18. The method of claim 1, wherein:

the AUC dosage of the one or more DNA cross-linking agent(s) to be administered is determined by using Calvert formula or Chatelut formula.

19. The method of claim 1, wherein

the dosing cycle is a 21-day dosing cycle,

IPM, the IPM analog, or the pharmaceutically acceptable salt thereof is adminstered on days 1, 2, and 3 of the 21-day dosing cycle;

etoposide is adminstered in the dosage of at about 100 mg/m2/day on days 1, 2, and 3 of the 21-day dosing cycle; and

the one or more DNA cross-linking agent(s) is carboplatin administered in the dosage of about AUC 4 mg/mL/min on day 1 of the 21-day dosing cycle.

20. The method of claim 1, wherein the method further comprises delaying the administration of IPM, the IPM analog, or the pharmaceutically acceptable salt thereof upon the occurrence of one or more adverse events.

21. The method of claim 20, wherein the administration of IPM, the IPM analog, or the pharmaceutically acceptable salt thereof is delayed for 1, 2, 3, 4, 5, 6, 7, 8, 9, 10, 11, 12, 13, 14, 15, 16, 17, 18, 19, 20, or 21 day(s).

22. The method of claim 1, wherein the method further comprises reducing the dosage of IPM, the IPM analog, or the pharmaceutically acceptable salt thereof upon the occurrence of one or more adverse events.

23. The method of claim 20, wherein the method further comprises reducing the dosage of IPM, the IPM analog, or the pharmaceutically acceptable salt thereof upon the occurrence of the one or more adverse events.

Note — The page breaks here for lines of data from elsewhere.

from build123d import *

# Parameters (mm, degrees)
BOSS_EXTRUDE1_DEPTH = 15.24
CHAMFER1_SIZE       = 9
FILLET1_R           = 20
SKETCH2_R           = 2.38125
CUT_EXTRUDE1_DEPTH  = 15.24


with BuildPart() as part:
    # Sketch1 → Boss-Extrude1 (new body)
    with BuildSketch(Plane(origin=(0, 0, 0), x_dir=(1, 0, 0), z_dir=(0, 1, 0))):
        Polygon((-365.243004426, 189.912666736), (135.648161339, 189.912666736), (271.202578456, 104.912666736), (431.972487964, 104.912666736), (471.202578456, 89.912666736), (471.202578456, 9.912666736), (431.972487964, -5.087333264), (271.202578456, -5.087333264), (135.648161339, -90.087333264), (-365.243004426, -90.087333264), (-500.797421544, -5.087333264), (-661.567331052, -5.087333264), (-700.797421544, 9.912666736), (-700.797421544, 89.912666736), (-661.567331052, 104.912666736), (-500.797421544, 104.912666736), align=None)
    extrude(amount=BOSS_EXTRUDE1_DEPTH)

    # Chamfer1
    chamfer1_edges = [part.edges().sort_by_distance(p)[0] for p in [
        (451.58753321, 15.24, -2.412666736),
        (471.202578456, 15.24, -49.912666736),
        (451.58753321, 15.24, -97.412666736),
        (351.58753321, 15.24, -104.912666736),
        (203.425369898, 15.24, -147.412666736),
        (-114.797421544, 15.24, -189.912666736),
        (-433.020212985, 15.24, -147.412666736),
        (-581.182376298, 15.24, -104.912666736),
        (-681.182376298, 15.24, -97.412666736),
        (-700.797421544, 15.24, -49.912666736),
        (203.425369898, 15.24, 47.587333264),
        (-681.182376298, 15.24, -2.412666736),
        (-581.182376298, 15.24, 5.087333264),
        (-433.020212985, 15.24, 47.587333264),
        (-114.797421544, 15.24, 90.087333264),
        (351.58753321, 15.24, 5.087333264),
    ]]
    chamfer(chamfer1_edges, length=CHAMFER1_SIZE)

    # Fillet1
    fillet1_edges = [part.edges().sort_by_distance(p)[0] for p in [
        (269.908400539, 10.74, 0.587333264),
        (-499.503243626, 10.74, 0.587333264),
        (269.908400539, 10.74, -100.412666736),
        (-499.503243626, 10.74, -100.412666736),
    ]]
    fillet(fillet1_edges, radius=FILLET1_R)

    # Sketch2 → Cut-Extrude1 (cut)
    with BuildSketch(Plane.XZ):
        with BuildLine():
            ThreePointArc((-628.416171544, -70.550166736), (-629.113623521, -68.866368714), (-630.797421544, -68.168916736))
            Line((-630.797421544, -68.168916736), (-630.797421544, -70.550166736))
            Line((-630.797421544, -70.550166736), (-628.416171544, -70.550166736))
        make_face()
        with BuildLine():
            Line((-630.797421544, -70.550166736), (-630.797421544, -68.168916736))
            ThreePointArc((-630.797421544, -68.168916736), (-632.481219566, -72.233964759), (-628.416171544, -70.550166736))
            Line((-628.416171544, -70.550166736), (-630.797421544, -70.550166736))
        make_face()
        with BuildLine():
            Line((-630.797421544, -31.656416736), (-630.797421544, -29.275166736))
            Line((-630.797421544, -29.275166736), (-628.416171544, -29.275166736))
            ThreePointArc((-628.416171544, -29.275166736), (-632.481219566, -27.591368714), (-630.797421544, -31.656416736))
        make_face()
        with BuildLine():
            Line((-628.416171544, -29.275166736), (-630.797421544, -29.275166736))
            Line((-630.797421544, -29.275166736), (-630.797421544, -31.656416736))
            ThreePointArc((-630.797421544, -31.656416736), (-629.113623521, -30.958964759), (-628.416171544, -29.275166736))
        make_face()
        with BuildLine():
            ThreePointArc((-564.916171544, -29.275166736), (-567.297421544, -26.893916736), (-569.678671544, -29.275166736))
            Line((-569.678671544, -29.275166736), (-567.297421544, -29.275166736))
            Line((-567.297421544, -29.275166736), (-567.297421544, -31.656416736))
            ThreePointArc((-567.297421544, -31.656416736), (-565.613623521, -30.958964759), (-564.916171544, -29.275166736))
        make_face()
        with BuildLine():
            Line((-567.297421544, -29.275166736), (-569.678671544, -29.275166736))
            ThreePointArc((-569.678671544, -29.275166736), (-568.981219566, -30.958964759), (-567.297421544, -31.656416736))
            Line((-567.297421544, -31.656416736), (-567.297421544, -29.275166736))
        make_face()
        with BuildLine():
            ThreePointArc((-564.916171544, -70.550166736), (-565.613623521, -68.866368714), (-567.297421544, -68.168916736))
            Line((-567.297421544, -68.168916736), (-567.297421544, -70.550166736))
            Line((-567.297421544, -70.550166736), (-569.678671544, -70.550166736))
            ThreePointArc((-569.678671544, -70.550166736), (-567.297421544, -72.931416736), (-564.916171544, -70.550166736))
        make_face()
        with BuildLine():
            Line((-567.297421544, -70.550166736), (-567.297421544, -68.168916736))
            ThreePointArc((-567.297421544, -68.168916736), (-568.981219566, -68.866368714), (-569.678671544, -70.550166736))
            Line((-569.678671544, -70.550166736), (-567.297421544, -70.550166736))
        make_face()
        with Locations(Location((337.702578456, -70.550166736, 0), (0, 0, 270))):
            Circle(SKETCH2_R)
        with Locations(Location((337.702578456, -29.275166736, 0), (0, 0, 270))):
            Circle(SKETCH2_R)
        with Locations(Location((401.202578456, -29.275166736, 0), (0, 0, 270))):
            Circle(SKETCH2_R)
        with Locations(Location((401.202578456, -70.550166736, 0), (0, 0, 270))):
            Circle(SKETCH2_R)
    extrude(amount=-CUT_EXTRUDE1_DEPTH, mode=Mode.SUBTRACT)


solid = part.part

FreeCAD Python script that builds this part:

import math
import FreeCAD as App
import Part
import Sketcher
from FreeCAD import Vector


def edges_at(feature, points):
    """Names of the edges that pass closest to the given points."""
    edges = feature.Shape.Edges
    near = lambda p: min(range(len(edges)), key=lambda i: edges[i].distToShape(Part.Vertex(*p))[0])
    return sorted({f"Edge{near(p) + 1}" for p in points})

doc = App.newDocument("Part")
body = doc.addObject("PartDesign::Body", "Body")

sketch1 = body.newObject("Sketcher::SketchObject", "Sketch")
sketch1.AttachmentSupport = (doc.getObject("XZ_Plane"), [""])
sketch1.MapMode = "FlatFace"
sketch1.addGeometry(Part.LineSegment(Vector(136, -190, 0), Vector(-365, -190, 0)), False)
sketch1.addGeometry(Part.LineSegment(Vector(-365, -190, 0), Vector(-501, -105, 0)), False)
sketch1.addGeometry(Part.LineSegment(Vector(-501, -105, 0), Vector(-662, -105, 0)), False)
sketch1.addGeometry(Part.LineSegment(Vector(-662, -105, 0), Vector(-701, -90, 0)), False)
sketch1.addGeometry(Part.LineSegment(Vector(-701, -90, 0), Vector(-701, -10, 0)), False)
sketch1.addGeometry(Part.LineSegment(Vector(-701, -10, 0), Vector(-662, 5, 0)), False)
sketch1.addGeometry(Part.LineSegment(Vector(-662, 5, 0), Vector(-501, 5, 0)), False)
sketch1.addGeometry(Part.LineSegment(Vector(-501, 5, 0), Vector(-365, 90, 0)), False)
sketch1.addGeometry(Part.LineSegment(Vector(-365, 90, 0), Vector(136, 90, 0)), False)
sketch1.addGeometry(Part.LineSegment(Vector(136, 90, 0), Vector(271, 5, 0)), False)
sketch1.addGeometry(Part.LineSegment(Vector(271, 5, 0), Vector(432, 5, 0)), False)
sketch1.addGeometry(Part.LineSegment(Vector(432, 5, 0), Vector(471, -10, 0)), False)
sketch1.addGeometry(Part.LineSegment(Vector(471, -10, 0), Vector(471, -90, 0)), False)
sketch1.addGeometry(Part.LineSegment(Vector(471, -90, 0), Vector(432, -105, 0)), False)
sketch1.addGeometry(Part.LineSegment(Vector(432, -105, 0), Vector(271, -105, 0)), False)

24. The method of claim 22, wherein the dosage of IPM, the IPM analog, or the pharmaceutically acceptable salt thereof is reduced by about 10%, 15%, 20%, 25%, 30%, 35%, 40%, 45%, or 50%.

25. The method of claim 22, wherein the dosage of IPM, the IPM analog, or the pharmaceutically acceptable salt thereof is reduced by about 20%-25%, 25%-30%, 30%-35%, 35%-40%, 40%-45%, or 45%-50%.

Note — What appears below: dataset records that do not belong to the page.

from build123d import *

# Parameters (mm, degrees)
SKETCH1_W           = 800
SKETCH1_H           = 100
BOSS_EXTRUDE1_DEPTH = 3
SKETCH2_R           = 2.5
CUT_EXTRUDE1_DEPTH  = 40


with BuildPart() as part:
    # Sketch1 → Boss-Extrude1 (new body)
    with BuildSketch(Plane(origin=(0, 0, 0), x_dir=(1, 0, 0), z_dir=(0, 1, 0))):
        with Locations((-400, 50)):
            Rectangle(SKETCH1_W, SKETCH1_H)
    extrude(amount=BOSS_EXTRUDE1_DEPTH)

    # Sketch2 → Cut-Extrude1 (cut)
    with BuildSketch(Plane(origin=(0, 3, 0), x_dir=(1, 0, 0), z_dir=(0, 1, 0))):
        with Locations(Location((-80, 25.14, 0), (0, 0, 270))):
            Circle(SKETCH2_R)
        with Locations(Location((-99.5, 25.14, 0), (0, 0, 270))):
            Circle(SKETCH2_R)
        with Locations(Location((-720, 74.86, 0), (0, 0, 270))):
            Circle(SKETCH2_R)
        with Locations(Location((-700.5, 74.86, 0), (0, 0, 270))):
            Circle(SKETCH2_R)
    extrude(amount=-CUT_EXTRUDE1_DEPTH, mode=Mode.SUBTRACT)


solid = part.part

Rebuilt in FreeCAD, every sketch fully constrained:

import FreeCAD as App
import Part
import Sketcher

V = App.Vector

doc = App.newDocument("Part")
body = doc.addObject("PartDesign::Body", "Body")

# Sketch on XZ plane
sketch1 = body.newObject("Sketcher::SketchObject", "Sketch")
sketch1.AttachmentSupport = (doc.getObject("XZ_Plane"), [""])
sketch1.MapMode = "FlatFace"
sketch1.addGeometry([
    Part.LineSegment(V(-800, -100, 0), V(-800, 0, 0)),
    Part.LineSegment(V(-800, 0, 0), V(0, 0, 0)),
    Part.LineSegment(V(0, 0, 0), V(0, -100, 0)),
    Part.LineSegment(V(0, -100, 0), V(-800, -100, 0)),
], False)
sketch1.addConstraint([
    Sketcher.Constraint("Coincident", 0, 2, 1, 1),
    Sketcher.Constraint("Coincident", 1, 2, 2, 1),
    Sketcher.Constraint("Coincident", 2, 2, 3, 1),
    Sketcher.Constraint("Coincident", 3, 2, 0, 1),
    Sketcher.Constraint("Vertical", 0),
    Sketcher.Constraint("Horizontal", 1),
    Sketcher.Constraint("Vertical", 2),
    Sketcher.Constraint("Horizontal", 3),
    Sketcher.Constraint("Coincident", 1, 2, -1, 1),
    Sketcher.Constraint("DistanceX", 1, 1, 1, 2, 800.0),
    Sketcher.Constraint("DistanceY", 0, 1, 0, 2, 100.0),
])
pad1 = body.newObject("PartDesign::Pad", "Pad")
pad1.Profile = sketch1
pad1.Length = 3
pad1.Reversed = True

# Sketch on XZ plane
sketch2 = body.newObject("Sketcher::SketchObject", "Sketch001")
sketch2.AttachmentSupport = (doc.getObject("XZ_Plane"), [""])
sketch2.MapMode = "FlatFace"
sketch2.AttachmentOffset = App.Placement(V(0, 0, -3), App.Rotation())
sketch2.addGeometry([
    Part.Circle(V(-80, -25.14, 0), V(0, 0, 1), 2.5),
    Part.Circle(V(-99.5, -25.14, 0), V(0, 0, 1), 2.5),
    Part.Circle(V(-720, -74.86, 0), V(0, 0, 1), 2.5),
    Part.Circle(V(-700.5, -74.86, 0), V(0, 0, 1), 2.5),
], False)
sketch2.addConstraint([
    Sketcher.Constraint("Equal", 0, 1),
    Sketcher.Constraint("Equal", 1, 2),
    Sketcher.Constraint("Equal", 2, 3),
    Sketcher.Constraint("Horizontal", 0, 3, 1, 3),
    Sketcher.Constraint("Horizontal", 2, 3, 3, 3),
    Sketcher.Constraint("Diameter", 0, 5.0),
    Sketcher.Constraint("DistanceX", 0, 3, -1, 1, 80.0),
    Sketcher.Constraint("DistanceX", 2, 3, -1, 1, 720.0),
    Sketcher.Constraint("DistanceX", 3, 3, 1, 3, 601.0),
    Sketcher.Constraint("DistanceX", 1, 3, -1, 1, 99.5),
    Sketcher.Constraint("DistanceY", 0, 3, -1, 1, 25.14),
    Sketcher.Constraint("DistanceY", 2, 3, -1, 1, 74.86),
])
pocket1 = body.newObject("PartDesign::Pocket", "Pocket")
pocket1.Profile = sketch2
pocket1.Length = 40
pocket1.Reversed = True

doc.recompute()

26. The method of claim 20, wherein the adverse event is a Grade 4, Grade 3, or a Grade 2 adverse event.

27. The method of claim 22, wherein the adverse event is a Grade 4, Grade 3, or a Grade 2 adverse event.

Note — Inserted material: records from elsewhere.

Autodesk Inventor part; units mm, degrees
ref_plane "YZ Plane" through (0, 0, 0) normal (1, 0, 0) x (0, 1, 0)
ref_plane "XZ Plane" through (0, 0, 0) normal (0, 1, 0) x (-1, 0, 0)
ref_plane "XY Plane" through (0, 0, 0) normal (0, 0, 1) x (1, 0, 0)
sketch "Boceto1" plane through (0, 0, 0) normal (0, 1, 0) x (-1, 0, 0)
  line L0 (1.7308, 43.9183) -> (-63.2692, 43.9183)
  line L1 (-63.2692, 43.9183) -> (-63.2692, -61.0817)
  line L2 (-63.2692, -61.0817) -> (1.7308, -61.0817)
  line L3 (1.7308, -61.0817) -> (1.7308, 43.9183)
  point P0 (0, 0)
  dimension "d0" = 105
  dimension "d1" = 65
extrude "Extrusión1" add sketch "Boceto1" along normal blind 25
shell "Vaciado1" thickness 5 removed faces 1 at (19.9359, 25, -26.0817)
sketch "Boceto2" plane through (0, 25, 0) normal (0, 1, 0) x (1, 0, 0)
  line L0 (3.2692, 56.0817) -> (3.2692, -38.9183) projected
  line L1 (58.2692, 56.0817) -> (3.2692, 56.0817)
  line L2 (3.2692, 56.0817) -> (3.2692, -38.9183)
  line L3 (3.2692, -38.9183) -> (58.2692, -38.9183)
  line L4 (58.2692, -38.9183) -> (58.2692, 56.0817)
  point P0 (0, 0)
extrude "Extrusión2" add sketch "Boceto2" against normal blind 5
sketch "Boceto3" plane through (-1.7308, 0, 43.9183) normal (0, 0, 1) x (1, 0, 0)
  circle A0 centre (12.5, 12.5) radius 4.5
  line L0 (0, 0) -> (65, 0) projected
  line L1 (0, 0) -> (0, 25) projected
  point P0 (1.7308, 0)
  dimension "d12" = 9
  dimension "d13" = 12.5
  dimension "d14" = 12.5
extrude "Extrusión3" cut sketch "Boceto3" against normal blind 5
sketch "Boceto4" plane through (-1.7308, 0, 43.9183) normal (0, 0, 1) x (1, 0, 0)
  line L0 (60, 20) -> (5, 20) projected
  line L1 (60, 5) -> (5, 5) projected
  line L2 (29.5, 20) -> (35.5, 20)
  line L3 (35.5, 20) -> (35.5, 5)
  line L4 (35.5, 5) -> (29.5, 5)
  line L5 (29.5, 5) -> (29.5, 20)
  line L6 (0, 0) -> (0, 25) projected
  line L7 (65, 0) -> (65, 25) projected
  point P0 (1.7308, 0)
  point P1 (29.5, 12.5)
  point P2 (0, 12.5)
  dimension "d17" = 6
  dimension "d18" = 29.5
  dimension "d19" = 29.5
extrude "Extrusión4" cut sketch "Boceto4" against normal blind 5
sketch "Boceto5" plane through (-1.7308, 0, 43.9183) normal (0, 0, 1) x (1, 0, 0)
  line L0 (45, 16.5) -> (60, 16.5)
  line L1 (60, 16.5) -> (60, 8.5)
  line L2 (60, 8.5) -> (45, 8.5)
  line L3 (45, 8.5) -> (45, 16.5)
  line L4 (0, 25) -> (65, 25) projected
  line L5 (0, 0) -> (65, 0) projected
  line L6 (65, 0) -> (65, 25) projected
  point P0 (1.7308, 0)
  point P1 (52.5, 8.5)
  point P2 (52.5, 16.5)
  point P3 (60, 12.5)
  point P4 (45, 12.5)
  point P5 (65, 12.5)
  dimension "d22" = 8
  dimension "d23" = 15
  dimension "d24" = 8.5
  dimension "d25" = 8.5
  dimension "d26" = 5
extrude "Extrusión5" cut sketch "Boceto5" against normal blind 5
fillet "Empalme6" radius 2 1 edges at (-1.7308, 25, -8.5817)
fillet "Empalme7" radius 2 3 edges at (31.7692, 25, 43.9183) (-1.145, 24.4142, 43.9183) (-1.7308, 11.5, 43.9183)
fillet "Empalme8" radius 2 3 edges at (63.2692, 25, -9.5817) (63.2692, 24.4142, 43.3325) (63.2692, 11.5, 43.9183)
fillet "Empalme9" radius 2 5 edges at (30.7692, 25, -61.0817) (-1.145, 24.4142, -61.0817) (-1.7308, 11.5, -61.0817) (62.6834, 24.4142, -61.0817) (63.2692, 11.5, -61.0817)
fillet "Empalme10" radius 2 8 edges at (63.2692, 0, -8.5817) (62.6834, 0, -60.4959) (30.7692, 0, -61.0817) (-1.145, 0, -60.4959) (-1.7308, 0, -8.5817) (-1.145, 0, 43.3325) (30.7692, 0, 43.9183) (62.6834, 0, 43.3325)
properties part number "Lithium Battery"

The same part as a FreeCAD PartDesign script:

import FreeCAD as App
import Part
import Sketcher

V = App.Vector


def edges_at(feature, points):
    """Names of the edges that pass closest to the given points."""
    edges = feature.Shape.Edges
    near = lambda p: min(range(len(edges)), key=lambda i: edges[i].distToShape(Part.Vertex(*p))[0])
    return sorted({f"Edge{near(p) + 1}" for p in points})


def faces_at(feature, points):
    """Names of the faces that lie closest to the given points."""
    faces = feature.Shape.Faces
    near = lambda p: min(range(len(faces)), key=lambda i: faces[i].distToShape(Part.Vertex(*p))[0])
    return sorted({f"Face{near(p) + 1}" for p in points})


def add_polygon(sketch, points):
    """Adds a closed chain of lines whose ends are joined by coincident constraints."""
    first, n = sketch.GeometryCount, len(points)
    for a, b in zip(points, points[1:] + points[:1]):
        sketch.addGeometry(Part.LineSegment(App.Vector(*a, 0), App.Vector(*b, 0)), False)
    for i in range(n):
        sketch.addConstraint(Sketcher.Constraint("Coincident", first + i, 2, first + (i + 1) % n, 1))

doc = App.newDocument("Part")
body = doc.addObject("PartDesign::Body", "Body")

sketch1 = doc.addObject("Sketcher::SketchObject", "Sketch")
body.addObject(sketch1)
sketch1.AttachmentSupport = (doc.XZ_Plane, [""])
sketch1.MapMode = "FlatFace"
add_polygon(sketch1, [(-2, -61), (-2, 44), (63, 44), (63, -61)])
sketch1.addConstraint(Sketcher.Constraint("Vertical", 0))
sketch1.addConstraint(Sketcher.Constraint("Horizontal", 1))
sketch1.addConstraint(Sketcher.Constraint("Vertical", 2))
sketch1.addConstraint(Sketcher.Constraint("Horizontal", 3))
sketch1.addConstraint(Sketcher.Constraint("DistanceX", 1, 1, 1, 2, 65.0))
sketch1.addConstraint(Sketcher.Constraint("DistanceY", 0, 1, 0, 2, 105.0))
sketch1.addConstraint(Sketcher.Constraint("DistanceX", 0, 2, -1, 1, 1.7308))
sketch1.addConstraint(Sketcher.Constraint("DistanceY", -1, 1, 0, 2, 43.9183))
pad1 = doc.addObject("PartDesign::Pad", "Pad")
body.addObject(pad1)
pad1.Profile = sketch1
pad1.Length = 25
pad1.Reversed = True
doc.recompute()

thickness = doc.addObject("PartDesign::Thickness", "Thickness")
body.addObject(thickness)
thickness.Base = (pad1, faces_at(pad1, [(19.936, 25, -26.082)]))
thickness.Value = 5
thickness.Reversed = True
thickness.Join = "Intersection"

sketch2 = doc.addObject("Sketcher::SketchObject", "Sketch001")
body.addObject(sketch2)
sketch2.AttachmentSupport = (doc.XZ_Plane, [""])
sketch2.MapMode = "FlatFace"
sketch2.AttachmentOffset = App.Placement(V(0, 0, -25), App.Rotation())
add_polygon(sketch2, [(58, -56), (3, -56), (3, 39), (58, 39)])
sketch2.addConstraint(Sketcher.Constraint("Horizontal", 0))
sketch2.addConstraint(Sketcher.Constraint("Vertical", 1))
sketch2.addConstraint(Sketcher.Constraint("Horizontal", 2))
sketch2.addConstraint(Sketcher.Constraint("Vertical", 3))
sketch2.addConstraint(Sketcher.Constraint("DistanceX", 0, 2, 0, 1, 55.0))
sketch2.addConstraint(Sketcher.Constraint("DistanceY", 1, 1, 1, 2, 95.0))
sketch2.addConstraint(Sketcher.Constraint("DistanceX", -1, 1, 0, 2, 3.2692))
sketch2.addConstraint(Sketcher.Constraint("DistanceY", 0, 2, -1, 1, 56.0817))
pad2 = doc.addObject("PartDesign::Pad", "Pad001")
body.addObject(pad2)
pad2.Profile = sketch2
pad2.Length = 5

sketch3 = doc.addObject("Sketcher::SketchObject", "Sketch002")
body.addObject(sketch3)
sketch3.AttachmentSupport = (doc.XY_Plane, [""])
sketch3.MapMode = "FlatFace"
sketch3.AttachmentOffset = App.Placement(V(0, 0, 43.9183), App.Rotation())
sketch3.addGeometry(Part.Circle(V(10.8, 12.5, 0), V(0, 0, 1), 4.5), False)
sketch3.addConstraint(Sketcher.Constraint("Diameter", 0, 9.0))
sketch3.addConstraint(Sketcher.Constraint("DistanceY", -1, 1, 0, 3, 12.5))
sketch3.addConstraint(Sketcher.Constraint("DistanceX", -1, 1, 0, 3, 10.7692))
pocket1 = doc.addObject("PartDesign::Pocket", "Pocket")
body.addObject(pocket1)
pocket1.Profile = sketch3
pocket1.Length = 5

sketch4 = doc.addObject("Sketcher::SketchObject", "Sketch003")
body.addObject(sketch4)
sketch4.AttachmentSupport = (doc.XY_Plane, [""])
sketch4.MapMode = "FlatFace"
sketch4.AttachmentOffset = App.Placement(V(0, 0, 43.9183), App.Rotation())
add_polygon(sketch4, [(34, 5), (34, 20), (28, 20), (28, 5)])
sketch4.addConstraint(Sketcher.Constraint("Vertical", 0))
sketch4.addConstraint(Sketcher.Constraint("Horizontal", 1))
sketch4.addConstraint(Sketcher.Constraint("Vertical", 2))
sketch4.addConstraint(Sketcher.Constraint("Horizontal", 3))
sketch4.addConstraint(Sketcher.Constraint("DistanceX", 1, 2, 1, 1, 6.0))
sketch4.addConstraint(Sketcher.Constraint("DistanceY", 0, 1, 0, 2, 15.0))
sketch4.addConstraint(Sketcher.Constraint("DistanceY", -1, 1, 0, 2, 20.0))
sketch4.addConstraint(Sketcher.Constraint("DistanceX", -1, 1, 0, 2, 33.7692))
pocket2 = doc.addObject("PartDesign::Pocket", "Pocket001")
body.addObject(pocket2)
pocket2.Profile = sketch4
pocket2.Length = 5

sketch5 = doc.addObject("Sketcher::SketchObject", "Sketch004")
body.addObject(sketch5)
sketch5.AttachmentSupport = (doc.XY_Plane, [""])
sketch5.MapMode = "FlatFace"
sketch5.AttachmentOffset = App.Placement(V(0, 0, 43.9183), App.Rotation())
add_polygon(sketch5, [(58, 16), (43, 16), (43, 8), (58, 8)])
sketch5.addConstraint(Sketcher.Constraint("Horizontal", 0))
sketch5.addConstraint(Sketcher.Constraint("Vertical", 1))
sketch5.addConstraint(Sketcher.Constraint("Horizontal", 2))
sketch5.addConstraint(Sketcher.Constraint("Vertical", 3))
sketch5.addConstraint(Sketcher.Constraint("DistanceX", 0, 2, 0, 1, 15.0))
sketch5.addConstraint(Sketcher.Constraint("DistanceY", 1, 2, 1, 1, 8.0))
sketch5.addConstraint(Sketcher.Constraint("DistanceY", -1, 1, 1, 2, 8.5))
sketch5.addConstraint(Sketcher.Constraint("DistanceX", -1, 1, 0, 2, 43.2692))
pocket3 = doc.addObject("PartDesign::Pocket", "Pocket002")
body.addObject(pocket3)
pocket3.Profile = sketch5
pocket3.Length = 5
doc.recompute()

fillet = doc.addObject("PartDesign::Fillet", "Fillet")
body.addObject(fillet)
fillet.Base = (pocket3, edges_at(pocket3, [(-1.731, 25, -8.582)]))
fillet.Radius = 2
doc.recompute()

fillet2 = doc.addObject("PartDesign::Fillet", "Fillet001")
body.addObject(fillet2)
fillet2.Base = (fillet, edges_at(fillet, [(31.769, 25, 43.918), (-1.145, 24.414, 43.918), (-1.731, 11.5, 43.918)]))
fillet2.Radius = 2
doc.recompute()

fillet3 = doc.addObject("PartDesign::Fillet", "Fillet002")
body.addObject(fillet3)
fillet3.Base = (fillet2, edges_at(fillet2, [(63.269, 25, -9.582), (63.269, 24.414, 43.333), (63.269, 11.5, 43.918)]))
fillet3.Radius = 2
doc.recompute()

fillet4 = doc.addObject("PartDesign::Fillet", "Fillet003")
body.addObject(fillet4)
fillet4.Base = (fillet3, edges_at(fillet3, [
    (30.769, 25, -61.082),
    (-1.145, 24.414, -61.082),
    (-1.731, 11.5, -61.082),
    (62.683, 24.414, -61.082),
    (63.269, 11.5, -61.082),
]))
fillet4.Radius = 2
doc.recompute()

fillet5 = doc.addObject("PartDesign::Fillet", "Fillet004")
body.addObject(fillet5)
fillet5.Base = (fillet4, edges_at(fillet4, [
    (63.269, 0, -8.582),
    (62.683, 0, -60.496),
    (30.769, 0, -61.082),
    (-1.145, 0, -60.496),
    (-1.731, 0, -8.582),
    (-1.145, 0, 43.333),
    (30.769, 0, 43.918),
    (62.683, 0, 43.333),
]))
fillet5.Radius = 2

doc.recompute()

28. The method of claim 20, wherein the adverse event is one or more events selected from the group consisting of a hematologic adverse event, Glomerular Filtration Rate (eGFR) reduction, and a non-hematologic adverse event.

29. The method of claim 22, wherein the adverse event is one or more events selected from the group consisting of a hematologic adverse event, Glomerular Filtration Rate (eGFR) reduction, and a non-hematologic adverse event.